Repeat the stretch of entries below from the line with "f 360 350 359" through the line with "f 375 350 378". Include both ends and add nothing.

------

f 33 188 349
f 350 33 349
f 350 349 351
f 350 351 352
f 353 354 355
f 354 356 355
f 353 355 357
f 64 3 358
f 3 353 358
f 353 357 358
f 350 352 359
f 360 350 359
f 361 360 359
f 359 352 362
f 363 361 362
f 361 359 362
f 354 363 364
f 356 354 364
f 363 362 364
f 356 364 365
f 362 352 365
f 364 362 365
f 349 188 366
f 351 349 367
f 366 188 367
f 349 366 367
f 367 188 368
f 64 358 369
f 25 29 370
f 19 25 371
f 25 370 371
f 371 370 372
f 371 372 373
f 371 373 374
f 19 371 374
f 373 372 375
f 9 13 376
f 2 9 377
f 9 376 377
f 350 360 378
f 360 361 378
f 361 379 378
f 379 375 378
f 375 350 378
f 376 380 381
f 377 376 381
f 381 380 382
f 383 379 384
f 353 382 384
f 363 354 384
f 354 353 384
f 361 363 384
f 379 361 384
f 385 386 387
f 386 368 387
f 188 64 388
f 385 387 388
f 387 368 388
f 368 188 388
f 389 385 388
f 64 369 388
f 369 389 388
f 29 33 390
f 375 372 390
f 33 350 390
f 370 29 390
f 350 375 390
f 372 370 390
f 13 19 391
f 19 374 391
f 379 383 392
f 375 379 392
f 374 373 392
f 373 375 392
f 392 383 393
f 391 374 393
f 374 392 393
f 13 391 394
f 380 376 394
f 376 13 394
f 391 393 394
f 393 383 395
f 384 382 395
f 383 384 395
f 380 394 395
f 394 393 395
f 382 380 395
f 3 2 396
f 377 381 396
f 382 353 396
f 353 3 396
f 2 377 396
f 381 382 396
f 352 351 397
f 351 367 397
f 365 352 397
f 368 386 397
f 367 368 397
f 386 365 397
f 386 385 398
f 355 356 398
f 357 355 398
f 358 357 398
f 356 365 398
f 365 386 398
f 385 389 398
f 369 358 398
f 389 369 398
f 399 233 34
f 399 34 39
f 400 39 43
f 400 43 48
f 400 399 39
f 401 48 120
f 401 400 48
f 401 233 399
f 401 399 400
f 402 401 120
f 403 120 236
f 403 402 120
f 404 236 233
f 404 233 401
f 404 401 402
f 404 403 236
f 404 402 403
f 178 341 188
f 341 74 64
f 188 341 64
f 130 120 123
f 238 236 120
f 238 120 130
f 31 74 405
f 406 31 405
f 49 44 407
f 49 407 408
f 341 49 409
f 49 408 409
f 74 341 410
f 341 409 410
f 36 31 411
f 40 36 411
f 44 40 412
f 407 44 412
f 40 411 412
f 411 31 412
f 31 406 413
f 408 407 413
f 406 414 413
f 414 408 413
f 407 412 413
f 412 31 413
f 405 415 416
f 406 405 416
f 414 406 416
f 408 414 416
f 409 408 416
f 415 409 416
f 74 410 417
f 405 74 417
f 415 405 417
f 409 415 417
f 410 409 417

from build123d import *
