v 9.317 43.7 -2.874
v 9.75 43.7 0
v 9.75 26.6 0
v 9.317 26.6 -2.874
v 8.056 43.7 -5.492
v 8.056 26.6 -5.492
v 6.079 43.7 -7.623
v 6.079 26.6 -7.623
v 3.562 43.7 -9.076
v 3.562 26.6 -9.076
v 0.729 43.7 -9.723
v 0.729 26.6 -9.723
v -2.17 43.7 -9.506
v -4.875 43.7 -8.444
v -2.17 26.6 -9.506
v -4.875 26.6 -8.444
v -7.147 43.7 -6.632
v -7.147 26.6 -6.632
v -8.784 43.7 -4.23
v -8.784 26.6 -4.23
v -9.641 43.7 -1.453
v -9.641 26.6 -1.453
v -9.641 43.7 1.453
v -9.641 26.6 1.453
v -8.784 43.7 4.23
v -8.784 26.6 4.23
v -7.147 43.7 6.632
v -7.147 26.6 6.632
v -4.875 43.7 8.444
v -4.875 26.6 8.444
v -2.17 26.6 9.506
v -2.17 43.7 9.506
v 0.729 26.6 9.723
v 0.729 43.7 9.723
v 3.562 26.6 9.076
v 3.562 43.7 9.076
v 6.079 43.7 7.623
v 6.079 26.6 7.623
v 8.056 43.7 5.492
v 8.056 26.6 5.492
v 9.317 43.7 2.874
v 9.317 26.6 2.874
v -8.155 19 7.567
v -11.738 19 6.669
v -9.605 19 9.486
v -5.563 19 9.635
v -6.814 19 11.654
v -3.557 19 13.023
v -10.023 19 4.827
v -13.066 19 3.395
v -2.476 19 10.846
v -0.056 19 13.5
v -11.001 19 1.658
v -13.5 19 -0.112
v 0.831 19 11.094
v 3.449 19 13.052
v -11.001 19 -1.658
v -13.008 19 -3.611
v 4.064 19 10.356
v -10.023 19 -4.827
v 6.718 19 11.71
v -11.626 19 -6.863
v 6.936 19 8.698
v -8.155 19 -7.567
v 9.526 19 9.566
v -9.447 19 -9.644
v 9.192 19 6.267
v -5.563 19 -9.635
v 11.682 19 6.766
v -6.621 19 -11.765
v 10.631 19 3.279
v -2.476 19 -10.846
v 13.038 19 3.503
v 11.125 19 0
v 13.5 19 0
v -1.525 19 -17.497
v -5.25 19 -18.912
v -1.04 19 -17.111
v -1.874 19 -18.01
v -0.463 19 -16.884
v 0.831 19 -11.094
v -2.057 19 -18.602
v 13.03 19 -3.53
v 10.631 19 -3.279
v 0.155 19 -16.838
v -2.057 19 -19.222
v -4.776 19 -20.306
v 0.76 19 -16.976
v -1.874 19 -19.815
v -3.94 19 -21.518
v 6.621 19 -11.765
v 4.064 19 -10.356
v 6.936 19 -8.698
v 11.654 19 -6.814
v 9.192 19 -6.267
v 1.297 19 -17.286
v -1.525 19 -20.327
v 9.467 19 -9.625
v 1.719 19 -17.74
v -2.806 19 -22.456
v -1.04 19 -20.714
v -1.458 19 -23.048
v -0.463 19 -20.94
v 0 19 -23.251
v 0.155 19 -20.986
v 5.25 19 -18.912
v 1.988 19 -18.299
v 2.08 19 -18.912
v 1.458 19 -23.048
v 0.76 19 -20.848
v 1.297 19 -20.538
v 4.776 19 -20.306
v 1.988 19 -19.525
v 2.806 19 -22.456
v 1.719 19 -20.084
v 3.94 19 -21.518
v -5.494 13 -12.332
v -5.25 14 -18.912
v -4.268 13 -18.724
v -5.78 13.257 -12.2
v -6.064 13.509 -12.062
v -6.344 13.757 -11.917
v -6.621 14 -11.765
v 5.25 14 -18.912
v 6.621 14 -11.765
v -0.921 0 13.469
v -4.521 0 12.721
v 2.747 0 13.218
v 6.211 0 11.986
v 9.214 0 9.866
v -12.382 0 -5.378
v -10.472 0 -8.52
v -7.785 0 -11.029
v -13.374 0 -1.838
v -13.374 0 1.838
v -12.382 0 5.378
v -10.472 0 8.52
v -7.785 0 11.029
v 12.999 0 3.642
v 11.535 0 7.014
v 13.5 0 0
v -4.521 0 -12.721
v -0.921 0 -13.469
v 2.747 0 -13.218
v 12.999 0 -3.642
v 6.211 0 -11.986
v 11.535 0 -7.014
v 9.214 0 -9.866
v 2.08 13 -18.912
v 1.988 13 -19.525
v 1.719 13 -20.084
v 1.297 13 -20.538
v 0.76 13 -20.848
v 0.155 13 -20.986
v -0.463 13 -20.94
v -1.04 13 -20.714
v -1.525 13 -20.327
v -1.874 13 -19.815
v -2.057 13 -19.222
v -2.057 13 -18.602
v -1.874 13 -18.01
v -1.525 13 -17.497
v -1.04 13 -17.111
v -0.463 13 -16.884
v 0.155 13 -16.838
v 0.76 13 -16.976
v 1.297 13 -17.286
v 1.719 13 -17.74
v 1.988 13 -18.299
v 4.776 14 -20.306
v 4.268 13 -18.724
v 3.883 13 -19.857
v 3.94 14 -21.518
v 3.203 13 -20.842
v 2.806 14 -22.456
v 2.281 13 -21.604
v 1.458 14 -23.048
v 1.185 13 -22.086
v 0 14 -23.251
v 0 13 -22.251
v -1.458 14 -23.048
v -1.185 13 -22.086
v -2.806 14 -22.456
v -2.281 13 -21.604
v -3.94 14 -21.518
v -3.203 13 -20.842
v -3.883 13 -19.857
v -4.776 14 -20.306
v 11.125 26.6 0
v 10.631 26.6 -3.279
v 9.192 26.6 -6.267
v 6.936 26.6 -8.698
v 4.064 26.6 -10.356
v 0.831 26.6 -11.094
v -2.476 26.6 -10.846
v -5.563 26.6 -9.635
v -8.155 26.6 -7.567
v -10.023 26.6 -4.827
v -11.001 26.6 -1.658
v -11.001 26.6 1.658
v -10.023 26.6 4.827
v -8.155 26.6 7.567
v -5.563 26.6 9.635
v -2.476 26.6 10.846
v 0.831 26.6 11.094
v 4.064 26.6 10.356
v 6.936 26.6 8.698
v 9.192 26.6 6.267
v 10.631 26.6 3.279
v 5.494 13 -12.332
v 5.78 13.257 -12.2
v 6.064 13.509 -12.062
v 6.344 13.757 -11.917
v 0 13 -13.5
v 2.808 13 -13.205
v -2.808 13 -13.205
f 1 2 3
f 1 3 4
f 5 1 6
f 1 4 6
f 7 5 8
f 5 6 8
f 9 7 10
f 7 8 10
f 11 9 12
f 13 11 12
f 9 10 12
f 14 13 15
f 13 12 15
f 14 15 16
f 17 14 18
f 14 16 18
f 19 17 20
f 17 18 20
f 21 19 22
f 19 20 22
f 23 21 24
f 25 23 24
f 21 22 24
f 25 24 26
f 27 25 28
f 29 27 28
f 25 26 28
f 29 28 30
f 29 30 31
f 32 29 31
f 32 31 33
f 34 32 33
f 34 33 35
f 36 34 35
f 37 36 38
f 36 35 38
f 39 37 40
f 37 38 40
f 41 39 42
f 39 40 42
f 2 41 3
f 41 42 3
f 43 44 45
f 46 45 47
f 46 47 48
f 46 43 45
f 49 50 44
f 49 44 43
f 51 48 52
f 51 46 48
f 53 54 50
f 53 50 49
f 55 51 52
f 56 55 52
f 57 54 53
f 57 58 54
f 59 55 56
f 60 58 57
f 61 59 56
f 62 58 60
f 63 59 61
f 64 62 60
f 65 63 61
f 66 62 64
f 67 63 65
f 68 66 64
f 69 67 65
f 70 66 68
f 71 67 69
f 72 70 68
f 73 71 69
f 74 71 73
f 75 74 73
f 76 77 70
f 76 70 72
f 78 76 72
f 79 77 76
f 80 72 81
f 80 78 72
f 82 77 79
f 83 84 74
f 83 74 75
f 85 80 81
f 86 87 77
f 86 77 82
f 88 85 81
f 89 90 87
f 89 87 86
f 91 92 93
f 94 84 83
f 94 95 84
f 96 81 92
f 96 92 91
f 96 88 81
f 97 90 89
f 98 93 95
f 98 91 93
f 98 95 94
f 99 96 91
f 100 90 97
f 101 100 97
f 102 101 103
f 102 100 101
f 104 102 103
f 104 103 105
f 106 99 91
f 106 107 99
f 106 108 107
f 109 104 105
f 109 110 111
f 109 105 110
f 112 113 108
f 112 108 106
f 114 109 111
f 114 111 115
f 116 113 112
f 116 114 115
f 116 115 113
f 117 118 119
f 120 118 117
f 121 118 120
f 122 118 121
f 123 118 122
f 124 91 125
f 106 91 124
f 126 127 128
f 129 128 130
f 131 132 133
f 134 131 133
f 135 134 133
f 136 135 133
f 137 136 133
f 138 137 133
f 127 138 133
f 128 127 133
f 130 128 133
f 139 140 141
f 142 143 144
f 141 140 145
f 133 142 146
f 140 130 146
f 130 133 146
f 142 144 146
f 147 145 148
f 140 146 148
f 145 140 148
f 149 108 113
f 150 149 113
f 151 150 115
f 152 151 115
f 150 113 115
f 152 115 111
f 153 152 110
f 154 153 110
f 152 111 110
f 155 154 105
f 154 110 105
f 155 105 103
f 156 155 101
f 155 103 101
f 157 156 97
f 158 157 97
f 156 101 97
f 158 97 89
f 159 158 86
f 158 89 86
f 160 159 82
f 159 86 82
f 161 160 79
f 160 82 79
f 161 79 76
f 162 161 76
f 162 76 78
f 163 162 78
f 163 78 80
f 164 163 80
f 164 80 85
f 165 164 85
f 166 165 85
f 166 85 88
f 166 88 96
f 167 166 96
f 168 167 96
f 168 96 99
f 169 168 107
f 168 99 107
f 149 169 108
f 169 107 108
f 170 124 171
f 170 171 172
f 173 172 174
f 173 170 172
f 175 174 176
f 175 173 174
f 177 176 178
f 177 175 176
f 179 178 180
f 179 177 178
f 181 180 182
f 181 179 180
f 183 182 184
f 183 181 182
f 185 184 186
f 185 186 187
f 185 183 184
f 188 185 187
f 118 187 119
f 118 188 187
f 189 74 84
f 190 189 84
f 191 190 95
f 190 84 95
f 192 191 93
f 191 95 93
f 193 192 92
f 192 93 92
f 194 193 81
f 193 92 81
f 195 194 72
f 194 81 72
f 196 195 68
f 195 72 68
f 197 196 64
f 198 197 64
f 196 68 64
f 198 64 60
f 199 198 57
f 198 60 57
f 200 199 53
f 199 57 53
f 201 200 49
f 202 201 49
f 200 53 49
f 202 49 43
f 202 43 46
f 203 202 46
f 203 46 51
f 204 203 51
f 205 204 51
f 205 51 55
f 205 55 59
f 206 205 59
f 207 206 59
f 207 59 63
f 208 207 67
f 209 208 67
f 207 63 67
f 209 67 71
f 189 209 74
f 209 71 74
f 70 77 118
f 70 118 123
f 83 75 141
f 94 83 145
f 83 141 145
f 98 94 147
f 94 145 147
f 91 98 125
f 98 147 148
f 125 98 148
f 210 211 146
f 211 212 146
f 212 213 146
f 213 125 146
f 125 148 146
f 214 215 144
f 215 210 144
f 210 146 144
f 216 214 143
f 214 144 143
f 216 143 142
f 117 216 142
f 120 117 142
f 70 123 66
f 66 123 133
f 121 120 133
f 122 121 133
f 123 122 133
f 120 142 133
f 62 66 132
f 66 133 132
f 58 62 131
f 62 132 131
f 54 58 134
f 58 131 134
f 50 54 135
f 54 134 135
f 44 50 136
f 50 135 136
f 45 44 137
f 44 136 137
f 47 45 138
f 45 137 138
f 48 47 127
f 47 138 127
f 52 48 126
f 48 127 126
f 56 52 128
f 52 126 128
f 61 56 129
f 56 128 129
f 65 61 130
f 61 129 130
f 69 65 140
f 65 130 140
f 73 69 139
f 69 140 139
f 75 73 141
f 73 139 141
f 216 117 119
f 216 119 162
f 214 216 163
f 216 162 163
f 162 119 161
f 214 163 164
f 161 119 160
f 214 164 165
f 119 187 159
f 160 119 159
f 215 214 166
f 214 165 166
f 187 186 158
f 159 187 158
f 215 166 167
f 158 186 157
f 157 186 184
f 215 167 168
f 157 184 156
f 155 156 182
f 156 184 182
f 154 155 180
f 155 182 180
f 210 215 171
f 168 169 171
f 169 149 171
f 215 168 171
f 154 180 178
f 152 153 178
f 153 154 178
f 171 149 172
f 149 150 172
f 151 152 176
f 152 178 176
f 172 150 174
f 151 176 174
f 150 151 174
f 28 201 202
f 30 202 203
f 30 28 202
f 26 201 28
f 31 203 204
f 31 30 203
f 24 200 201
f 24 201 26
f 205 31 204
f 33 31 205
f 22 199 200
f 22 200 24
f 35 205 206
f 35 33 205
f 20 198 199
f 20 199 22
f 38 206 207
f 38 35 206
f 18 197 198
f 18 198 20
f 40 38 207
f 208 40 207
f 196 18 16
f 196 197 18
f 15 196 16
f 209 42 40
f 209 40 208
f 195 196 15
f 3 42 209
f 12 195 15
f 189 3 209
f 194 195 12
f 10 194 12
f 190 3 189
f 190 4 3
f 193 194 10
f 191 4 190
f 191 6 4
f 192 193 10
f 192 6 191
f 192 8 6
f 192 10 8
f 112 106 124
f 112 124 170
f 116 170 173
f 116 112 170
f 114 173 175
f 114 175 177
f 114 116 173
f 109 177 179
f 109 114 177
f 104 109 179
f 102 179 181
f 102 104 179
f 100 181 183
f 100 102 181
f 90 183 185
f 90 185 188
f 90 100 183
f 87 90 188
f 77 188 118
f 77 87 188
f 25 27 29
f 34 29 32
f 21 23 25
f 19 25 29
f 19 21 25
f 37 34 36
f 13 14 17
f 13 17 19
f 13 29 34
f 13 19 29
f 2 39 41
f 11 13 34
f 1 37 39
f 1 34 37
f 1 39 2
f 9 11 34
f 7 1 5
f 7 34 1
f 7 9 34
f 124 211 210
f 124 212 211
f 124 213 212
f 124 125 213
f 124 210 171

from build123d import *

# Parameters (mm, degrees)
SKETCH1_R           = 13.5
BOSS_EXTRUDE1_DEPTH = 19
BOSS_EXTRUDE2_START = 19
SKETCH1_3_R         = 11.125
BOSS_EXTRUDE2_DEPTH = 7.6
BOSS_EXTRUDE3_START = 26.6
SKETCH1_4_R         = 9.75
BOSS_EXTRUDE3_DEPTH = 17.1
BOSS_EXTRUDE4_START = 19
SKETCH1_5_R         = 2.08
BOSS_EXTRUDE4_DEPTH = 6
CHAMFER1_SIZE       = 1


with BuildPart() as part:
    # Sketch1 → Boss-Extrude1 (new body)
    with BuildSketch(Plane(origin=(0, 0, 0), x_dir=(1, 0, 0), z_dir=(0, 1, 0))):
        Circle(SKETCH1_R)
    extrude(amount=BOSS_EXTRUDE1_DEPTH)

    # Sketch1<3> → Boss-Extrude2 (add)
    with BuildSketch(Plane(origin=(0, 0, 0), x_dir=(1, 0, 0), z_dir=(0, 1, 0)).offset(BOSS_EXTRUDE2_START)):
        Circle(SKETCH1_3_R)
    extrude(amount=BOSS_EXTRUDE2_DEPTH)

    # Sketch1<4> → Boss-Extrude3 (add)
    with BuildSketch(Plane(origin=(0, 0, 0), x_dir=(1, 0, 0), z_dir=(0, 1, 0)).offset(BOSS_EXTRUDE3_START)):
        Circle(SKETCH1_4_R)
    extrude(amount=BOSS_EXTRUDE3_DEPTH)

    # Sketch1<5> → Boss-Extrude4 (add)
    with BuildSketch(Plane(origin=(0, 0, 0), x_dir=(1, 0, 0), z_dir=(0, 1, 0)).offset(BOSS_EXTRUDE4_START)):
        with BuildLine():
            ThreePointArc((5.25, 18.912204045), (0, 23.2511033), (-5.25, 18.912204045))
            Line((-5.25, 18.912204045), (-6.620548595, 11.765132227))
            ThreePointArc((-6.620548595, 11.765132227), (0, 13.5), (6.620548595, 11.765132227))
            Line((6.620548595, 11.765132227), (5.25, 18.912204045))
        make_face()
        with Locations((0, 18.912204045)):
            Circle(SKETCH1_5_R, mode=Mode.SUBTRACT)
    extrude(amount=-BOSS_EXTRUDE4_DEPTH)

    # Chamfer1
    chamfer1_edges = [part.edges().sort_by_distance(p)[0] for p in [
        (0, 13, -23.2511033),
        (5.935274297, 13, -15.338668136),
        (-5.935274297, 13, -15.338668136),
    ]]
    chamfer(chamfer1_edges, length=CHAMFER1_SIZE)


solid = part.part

------

__WORKED SOLUTION__.
f 360 350 359
f 361 360 359
f 359 352 362
f 363 361 362
f 361 359 362
f 354 363 364
f 356 354 364
f 363 362 364
f 356 364 365
f 362 352 365
f 364 362 365
f 349 188 366
f 351 349 367
f 366 188 367
f 349 366 367
f 367 188 368
f 64 358 369
f 25 29 370
f 19 25 371
f 25 370 371
f 371 370 372
f 371 372 373
f 371 373 374
f 19 371 374
f 373 372 375
f 9 13 376
f 2 9 377
f 9 376 377
f 350 360 378
f 360 361 378
f 361 379 378
f 379 375 378
f 375 350 378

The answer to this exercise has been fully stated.